[[ Available records, beginning ]]

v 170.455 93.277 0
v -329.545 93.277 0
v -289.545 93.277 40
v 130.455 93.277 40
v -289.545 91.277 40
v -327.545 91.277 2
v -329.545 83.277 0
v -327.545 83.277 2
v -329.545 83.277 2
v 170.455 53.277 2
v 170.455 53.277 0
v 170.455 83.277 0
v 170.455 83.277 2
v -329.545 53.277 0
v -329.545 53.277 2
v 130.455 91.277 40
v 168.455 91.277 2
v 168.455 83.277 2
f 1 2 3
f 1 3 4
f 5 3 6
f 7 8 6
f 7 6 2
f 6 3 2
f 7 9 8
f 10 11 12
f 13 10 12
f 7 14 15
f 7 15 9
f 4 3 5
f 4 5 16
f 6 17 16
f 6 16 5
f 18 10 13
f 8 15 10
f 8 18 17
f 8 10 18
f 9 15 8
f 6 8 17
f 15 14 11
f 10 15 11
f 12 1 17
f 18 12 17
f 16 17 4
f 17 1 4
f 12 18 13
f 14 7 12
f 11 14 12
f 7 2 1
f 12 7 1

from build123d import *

# Parameters (mm, degrees)
SKETCH2_W           = 500
SKETCH2_H           = 40
BOSS_EXTRUDE1_DEPTH = 40
SKETCH3_W           = 38
SKETCH3_H           = 38
CUT_EXTRUDE1_DEPTH  = 500
CUT_EXTRUDE2_DEPTH  = 10


with BuildPart() as part:
    # Sketch2 → Boss-Extrude1 (new body)
    with BuildSketch(Plane.XY):
        with Locations((-79.545454545, 73.276515152)):
            Rectangle(SKETCH2_W, SKETCH2_H)
    extrude(amount=BOSS_EXTRUDE1_DEPTH)

    # Sketch3 → Cut-Extrude1 (cut)
    with BuildSketch(Plane.ZY.offset(329.545454545)):
        with Locations((21, 72.276515152)):
            Rectangle(SKETCH3_W, SKETCH3_H)
    extrude(amount=-CUT_EXTRUDE1_DEPTH, mode=Mode.SUBTRACT)

    # Sketch4 → Cut-Extrude2 (cut)
    with BuildSketch(Plane(origin=(0, 93.276515152, 0), x_dir=(1, 0, 0), z_dir=(0, 1, 0))):
        Polygon((-329.545454545, 0), (-329.545454545, -40), (-289.545454545, -40), align=None)
        Polygon((170.454545455, -40), (170.454545455, 0), (130.454545455, -40), align=None)
    extrude(amount=-CUT_EXTRUDE2_DEPTH, mode=Mode.SUBTRACT)


solid = part.part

[[ Available records, end ]]

Work to be completed
No line may be altered or left out when the data is written out.

Response area
v 170.455 93.277 0
v -329.545 93.277 0
v -289.545 93.277 40
v 130.455 93.277 40
v -289.545 91.277 40
v -327.545 91.277 2
v -329.545 83.277 0
v -327.545 83.277 2
v -329.545 83.277 2
v 170.455 53.277 2
v 170.455 53.277 0
v 170.455 83.277 0
v 170.455 83.277 2
v -329.545 53.277 0
v -329.545 53.277 2
v 130.455 91.277 40
v 168.455 91.277 2
v 168.455 83.277 2
f 1 2 3
f 1 3 4
f 5 3 6
f 7 8 6
f 7 6 2
f 6 3 2
f 7 9 8
f 10 11 12
f 13 10 12
f 7 14 15
f 7 15 9
f 4 3 5
f 4 5 16
f 6 17 16
f 6 16 5
f 18 10 13
f 8 15 10
f 8 18 17
f 8 10 18
f 9 15 8
f 6 8 17
f 15 14 11
f 10 15 11
f 12 1 17
f 18 12 17
f 16 17 4
f 17 1 4
f 12 18 13
f 14 7 12
f 11 14 12
f 7 2 1
f 12 7 1

from build123d import *

# Parameters (mm, degrees)
SKETCH2_W           = 500
SKETCH2_H           = 40
BOSS_EXTRUDE1_DEPTH = 40
SKETCH3_W           = 38
SKETCH3_H           = 38
CUT_EXTRUDE1_DEPTH  = 500
CUT_EXTRUDE2_DEPTH  = 10


with BuildPart() as part:
    # Sketch2 → Boss-Extrude1 (new body)
    with BuildSketch(Plane.XY):
        with Locations((-79.545454545, 73.276515152)):
            Rectangle(SKETCH2_W, SKETCH2_H)
    extrude(amount=BOSS_EXTRUDE1_DEPTH)

    # Sketch3 → Cut-Extrude1 (cut)
    with BuildSketch(Plane.ZY.offset(329.545454545)):
        with Locations((21, 72.276515152)):
            Rectangle(SKETCH3_W, SKETCH3_H)
    extrude(amount=-CUT_EXTRUDE1_DEPTH, mode=Mode.SUBTRACT)

    # Sketch4 → Cut-Extrude2 (cut)
    with BuildSketch(Plane(origin=(0, 93.276515152, 0), x_dir=(1, 0, 0), z_dir=(0, 1, 0))):
        Polygon((-329.545454545, 0), (-329.545454545, -40), (-289.545454545, -40), align=None)
        Polygon((170.454545455, -40), (170.454545455, 0), (130.454545455, -40), align=None)
    extrude(amount=-CUT_EXTRUDE2_DEPTH, mode=Mode.SUBTRACT)


solid = part.part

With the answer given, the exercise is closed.